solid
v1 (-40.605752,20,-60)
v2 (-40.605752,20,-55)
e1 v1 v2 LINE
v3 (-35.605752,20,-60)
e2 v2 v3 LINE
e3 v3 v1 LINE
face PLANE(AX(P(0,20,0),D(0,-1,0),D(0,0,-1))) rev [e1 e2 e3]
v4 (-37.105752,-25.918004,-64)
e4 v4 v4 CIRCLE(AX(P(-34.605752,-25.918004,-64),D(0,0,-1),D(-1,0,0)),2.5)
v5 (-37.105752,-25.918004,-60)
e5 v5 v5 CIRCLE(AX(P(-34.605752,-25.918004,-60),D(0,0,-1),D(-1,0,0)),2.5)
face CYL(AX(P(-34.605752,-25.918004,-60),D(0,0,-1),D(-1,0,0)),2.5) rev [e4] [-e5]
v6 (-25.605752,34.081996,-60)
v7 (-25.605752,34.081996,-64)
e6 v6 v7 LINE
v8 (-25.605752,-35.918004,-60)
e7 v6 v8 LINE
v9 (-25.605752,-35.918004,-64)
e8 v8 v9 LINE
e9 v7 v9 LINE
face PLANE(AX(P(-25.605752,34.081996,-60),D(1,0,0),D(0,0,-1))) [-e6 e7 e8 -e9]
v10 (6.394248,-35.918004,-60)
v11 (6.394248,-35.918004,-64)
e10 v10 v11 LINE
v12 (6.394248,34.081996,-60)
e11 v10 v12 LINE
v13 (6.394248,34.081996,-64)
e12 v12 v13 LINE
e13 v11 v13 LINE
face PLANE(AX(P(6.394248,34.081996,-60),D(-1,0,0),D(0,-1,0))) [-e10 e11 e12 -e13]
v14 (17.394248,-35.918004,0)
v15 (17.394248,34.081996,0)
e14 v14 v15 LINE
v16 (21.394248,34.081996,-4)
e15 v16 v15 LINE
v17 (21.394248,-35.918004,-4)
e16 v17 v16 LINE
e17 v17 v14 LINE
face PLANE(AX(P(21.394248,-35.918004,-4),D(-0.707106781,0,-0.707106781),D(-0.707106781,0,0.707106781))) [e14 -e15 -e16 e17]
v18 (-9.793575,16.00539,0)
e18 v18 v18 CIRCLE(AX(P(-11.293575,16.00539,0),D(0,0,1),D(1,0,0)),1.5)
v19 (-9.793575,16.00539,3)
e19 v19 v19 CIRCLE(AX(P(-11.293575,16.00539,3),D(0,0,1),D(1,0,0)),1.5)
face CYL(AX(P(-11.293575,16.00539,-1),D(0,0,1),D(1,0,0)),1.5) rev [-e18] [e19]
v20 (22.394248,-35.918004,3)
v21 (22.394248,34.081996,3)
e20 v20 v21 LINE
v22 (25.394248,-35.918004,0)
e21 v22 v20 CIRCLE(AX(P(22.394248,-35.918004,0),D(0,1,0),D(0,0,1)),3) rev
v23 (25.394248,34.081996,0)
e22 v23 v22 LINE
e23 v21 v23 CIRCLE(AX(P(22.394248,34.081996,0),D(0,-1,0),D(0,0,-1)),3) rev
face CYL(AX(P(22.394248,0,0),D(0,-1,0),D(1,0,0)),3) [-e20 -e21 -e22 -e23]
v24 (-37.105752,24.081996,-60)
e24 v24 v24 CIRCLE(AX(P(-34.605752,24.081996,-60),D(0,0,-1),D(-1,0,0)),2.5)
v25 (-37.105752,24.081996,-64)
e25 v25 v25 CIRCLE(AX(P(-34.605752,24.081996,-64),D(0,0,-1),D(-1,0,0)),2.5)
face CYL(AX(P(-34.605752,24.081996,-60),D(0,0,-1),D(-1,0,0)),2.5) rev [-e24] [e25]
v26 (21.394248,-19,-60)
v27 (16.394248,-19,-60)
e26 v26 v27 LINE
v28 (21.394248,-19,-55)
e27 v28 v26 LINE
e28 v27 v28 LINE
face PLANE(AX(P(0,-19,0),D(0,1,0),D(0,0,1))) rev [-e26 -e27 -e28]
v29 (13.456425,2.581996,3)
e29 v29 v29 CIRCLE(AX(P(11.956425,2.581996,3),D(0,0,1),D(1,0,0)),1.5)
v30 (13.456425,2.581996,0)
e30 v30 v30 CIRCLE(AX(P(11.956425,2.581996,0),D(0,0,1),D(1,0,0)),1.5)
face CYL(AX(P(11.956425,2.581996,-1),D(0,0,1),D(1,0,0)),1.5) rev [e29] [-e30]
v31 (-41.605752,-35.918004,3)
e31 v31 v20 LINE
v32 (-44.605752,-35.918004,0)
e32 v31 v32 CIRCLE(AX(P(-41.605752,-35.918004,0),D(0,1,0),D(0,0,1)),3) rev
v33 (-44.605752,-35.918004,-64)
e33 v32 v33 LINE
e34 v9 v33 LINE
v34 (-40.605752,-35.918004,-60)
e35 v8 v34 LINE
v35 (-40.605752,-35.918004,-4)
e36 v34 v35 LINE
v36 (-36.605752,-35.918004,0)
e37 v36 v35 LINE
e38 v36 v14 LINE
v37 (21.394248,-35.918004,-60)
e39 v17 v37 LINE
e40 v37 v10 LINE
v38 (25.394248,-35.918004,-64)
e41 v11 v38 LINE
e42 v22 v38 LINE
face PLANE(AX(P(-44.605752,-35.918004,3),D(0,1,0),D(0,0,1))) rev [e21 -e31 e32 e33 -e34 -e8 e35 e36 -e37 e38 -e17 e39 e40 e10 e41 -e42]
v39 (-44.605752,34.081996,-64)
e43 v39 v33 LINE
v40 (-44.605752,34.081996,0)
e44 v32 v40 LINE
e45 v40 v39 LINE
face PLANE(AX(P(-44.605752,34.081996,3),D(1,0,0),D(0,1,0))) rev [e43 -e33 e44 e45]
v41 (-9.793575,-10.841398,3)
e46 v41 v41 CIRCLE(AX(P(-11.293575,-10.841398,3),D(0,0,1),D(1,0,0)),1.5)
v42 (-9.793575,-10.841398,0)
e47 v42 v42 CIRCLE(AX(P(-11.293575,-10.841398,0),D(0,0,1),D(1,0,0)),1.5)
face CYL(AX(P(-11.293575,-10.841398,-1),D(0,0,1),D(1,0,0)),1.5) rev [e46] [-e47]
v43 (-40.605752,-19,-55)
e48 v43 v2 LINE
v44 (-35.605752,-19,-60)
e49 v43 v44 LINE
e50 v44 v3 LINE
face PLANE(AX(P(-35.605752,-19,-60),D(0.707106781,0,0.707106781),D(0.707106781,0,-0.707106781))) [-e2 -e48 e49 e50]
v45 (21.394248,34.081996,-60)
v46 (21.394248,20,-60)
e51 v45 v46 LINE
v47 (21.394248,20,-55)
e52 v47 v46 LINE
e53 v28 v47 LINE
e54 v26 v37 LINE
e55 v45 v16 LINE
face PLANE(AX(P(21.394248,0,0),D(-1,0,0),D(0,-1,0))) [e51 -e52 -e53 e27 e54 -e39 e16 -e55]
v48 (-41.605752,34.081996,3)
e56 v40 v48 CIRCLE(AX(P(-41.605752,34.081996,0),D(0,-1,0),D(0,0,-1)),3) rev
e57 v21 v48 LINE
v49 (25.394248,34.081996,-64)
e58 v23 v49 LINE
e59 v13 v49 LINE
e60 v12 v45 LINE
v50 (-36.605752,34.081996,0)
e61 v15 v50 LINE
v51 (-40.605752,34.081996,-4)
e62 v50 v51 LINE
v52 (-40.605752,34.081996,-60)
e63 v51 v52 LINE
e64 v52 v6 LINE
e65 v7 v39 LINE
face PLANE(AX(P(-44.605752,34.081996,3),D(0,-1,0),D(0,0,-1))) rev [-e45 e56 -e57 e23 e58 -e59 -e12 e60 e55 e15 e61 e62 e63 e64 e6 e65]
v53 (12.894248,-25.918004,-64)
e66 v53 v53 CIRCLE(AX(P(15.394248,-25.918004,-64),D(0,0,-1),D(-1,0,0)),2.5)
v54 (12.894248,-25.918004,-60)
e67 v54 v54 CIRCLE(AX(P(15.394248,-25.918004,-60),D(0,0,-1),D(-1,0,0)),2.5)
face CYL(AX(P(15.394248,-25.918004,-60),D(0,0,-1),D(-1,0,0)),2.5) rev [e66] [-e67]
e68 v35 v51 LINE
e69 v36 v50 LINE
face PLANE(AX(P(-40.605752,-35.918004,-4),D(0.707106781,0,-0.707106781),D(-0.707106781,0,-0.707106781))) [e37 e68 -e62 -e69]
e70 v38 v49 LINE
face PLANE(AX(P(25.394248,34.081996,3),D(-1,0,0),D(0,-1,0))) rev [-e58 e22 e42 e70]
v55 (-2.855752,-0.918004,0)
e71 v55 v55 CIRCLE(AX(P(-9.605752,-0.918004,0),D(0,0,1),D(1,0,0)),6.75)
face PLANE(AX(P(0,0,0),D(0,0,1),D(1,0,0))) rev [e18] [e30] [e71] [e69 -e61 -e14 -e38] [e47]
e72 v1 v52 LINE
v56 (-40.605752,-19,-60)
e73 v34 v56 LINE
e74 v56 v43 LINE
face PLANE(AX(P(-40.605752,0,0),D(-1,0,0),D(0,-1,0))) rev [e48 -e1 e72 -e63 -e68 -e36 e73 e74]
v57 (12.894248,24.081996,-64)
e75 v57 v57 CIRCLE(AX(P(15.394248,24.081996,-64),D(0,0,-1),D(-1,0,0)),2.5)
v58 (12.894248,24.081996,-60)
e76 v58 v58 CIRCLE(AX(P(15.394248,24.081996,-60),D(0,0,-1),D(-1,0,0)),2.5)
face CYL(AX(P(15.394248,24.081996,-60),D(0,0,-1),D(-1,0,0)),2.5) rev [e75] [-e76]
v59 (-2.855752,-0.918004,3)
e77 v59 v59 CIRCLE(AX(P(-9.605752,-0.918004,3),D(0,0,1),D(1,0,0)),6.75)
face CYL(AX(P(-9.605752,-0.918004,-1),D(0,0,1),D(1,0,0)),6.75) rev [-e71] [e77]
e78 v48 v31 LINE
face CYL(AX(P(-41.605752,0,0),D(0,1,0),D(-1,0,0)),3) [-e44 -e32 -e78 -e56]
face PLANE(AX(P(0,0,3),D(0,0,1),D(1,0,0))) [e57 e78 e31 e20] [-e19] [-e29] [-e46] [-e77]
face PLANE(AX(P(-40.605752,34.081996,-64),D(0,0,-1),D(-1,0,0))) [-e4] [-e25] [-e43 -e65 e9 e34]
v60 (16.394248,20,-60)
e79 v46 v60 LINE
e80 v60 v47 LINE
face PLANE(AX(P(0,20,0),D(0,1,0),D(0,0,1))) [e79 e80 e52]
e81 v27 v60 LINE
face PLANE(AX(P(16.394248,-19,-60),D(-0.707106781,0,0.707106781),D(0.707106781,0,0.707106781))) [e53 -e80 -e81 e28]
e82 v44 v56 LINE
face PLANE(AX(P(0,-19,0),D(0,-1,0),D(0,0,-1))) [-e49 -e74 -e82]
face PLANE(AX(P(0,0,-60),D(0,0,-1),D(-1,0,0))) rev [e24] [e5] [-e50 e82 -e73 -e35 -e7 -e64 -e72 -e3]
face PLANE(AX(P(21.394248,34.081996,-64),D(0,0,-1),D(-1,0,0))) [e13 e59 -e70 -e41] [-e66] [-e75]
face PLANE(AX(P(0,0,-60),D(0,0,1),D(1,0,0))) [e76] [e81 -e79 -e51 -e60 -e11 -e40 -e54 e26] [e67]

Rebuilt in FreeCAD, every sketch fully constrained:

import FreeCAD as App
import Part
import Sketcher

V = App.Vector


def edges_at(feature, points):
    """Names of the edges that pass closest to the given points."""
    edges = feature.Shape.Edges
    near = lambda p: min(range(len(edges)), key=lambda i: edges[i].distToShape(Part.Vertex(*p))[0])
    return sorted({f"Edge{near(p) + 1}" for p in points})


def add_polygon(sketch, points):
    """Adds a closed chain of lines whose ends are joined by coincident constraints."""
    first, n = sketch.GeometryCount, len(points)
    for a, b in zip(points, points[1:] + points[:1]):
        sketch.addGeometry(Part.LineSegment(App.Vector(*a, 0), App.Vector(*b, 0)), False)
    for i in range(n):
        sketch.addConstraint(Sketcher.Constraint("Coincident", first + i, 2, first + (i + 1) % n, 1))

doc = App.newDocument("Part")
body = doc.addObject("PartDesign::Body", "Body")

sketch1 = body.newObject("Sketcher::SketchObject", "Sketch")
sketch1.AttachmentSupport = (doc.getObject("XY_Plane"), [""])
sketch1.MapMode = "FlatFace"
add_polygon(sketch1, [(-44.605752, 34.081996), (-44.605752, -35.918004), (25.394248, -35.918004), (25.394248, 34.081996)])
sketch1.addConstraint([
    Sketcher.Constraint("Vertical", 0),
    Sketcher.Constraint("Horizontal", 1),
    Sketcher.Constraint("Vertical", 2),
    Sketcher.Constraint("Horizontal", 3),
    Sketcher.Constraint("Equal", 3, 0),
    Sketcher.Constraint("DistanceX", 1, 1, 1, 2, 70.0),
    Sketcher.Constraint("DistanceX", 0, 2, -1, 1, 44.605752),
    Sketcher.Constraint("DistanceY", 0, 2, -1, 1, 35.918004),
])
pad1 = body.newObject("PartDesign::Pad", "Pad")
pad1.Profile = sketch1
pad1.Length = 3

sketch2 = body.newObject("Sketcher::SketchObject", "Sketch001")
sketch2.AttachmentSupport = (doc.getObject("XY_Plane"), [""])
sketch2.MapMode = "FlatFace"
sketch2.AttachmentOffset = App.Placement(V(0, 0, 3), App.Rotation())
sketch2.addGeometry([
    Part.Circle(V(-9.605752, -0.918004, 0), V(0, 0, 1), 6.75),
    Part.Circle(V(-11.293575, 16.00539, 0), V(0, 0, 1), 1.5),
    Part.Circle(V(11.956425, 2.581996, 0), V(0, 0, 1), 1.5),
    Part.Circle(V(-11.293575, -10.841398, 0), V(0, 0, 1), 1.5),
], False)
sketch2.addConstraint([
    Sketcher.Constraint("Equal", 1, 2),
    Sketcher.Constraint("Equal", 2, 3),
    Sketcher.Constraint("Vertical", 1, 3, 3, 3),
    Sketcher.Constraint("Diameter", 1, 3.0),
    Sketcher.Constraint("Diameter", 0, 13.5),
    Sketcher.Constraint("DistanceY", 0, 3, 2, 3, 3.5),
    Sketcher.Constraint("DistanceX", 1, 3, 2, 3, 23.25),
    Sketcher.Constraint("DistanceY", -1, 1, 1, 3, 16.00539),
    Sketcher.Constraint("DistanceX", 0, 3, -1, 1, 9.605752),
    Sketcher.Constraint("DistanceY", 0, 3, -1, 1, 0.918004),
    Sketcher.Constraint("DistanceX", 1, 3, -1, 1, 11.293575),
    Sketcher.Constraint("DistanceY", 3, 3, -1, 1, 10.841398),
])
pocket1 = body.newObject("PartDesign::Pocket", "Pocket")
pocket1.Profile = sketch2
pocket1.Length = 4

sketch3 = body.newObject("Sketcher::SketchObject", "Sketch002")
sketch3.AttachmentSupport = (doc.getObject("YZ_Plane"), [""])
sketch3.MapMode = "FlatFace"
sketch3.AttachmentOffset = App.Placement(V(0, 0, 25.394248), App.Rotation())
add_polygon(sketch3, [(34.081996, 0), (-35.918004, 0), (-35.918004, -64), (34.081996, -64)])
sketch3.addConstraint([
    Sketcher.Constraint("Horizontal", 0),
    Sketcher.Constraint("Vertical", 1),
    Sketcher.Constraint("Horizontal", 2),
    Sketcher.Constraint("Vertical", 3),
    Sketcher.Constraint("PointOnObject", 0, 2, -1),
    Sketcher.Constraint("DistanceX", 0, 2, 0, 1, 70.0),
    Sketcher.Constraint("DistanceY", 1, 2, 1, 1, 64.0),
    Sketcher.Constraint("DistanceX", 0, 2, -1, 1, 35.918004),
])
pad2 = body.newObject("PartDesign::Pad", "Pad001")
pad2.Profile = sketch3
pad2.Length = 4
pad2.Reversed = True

- About this task: Once you find the line with "v23 (25.394248,34.081996,0)" in the entries above, output it and each line after it up to and including the line with "v28 (21.394248,-19,-55)", and nothing else.

- Response to the exercise:
v23 (25.394248,34.081996,0)
e22 v23 v22 LINE
e23 v21 v23 CIRCLE(AX(P(22.394248,34.081996,0),D(0,-1,0),D(0,0,-1)),3) rev
face CYL(AX(P(22.394248,0,0),D(0,-1,0),D(1,0,0)),3) [-e20 -e21 -e22 -e23]
v24 (-37.105752,24.081996,-60)
e24 v24 v24 CIRCLE(AX(P(-34.605752,24.081996,-60),D(0,0,-1),D(-1,0,0)),2.5)
v25 (-37.105752,24.081996,-64)
e25 v25 v25 CIRCLE(AX(P(-34.605752,24.081996,-64),D(0,0,-1),D(-1,0,0)),2.5)
face CYL(AX(P(-34.605752,24.081996,-60),D(0,0,-1),D(-1,0,0)),2.5) rev [-e24] [e25]
v26 (21.394248,-19,-60)
v27 (16.394248,-19,-60)
e26 v26 v27 LINE
v28 (21.394248,-19,-55)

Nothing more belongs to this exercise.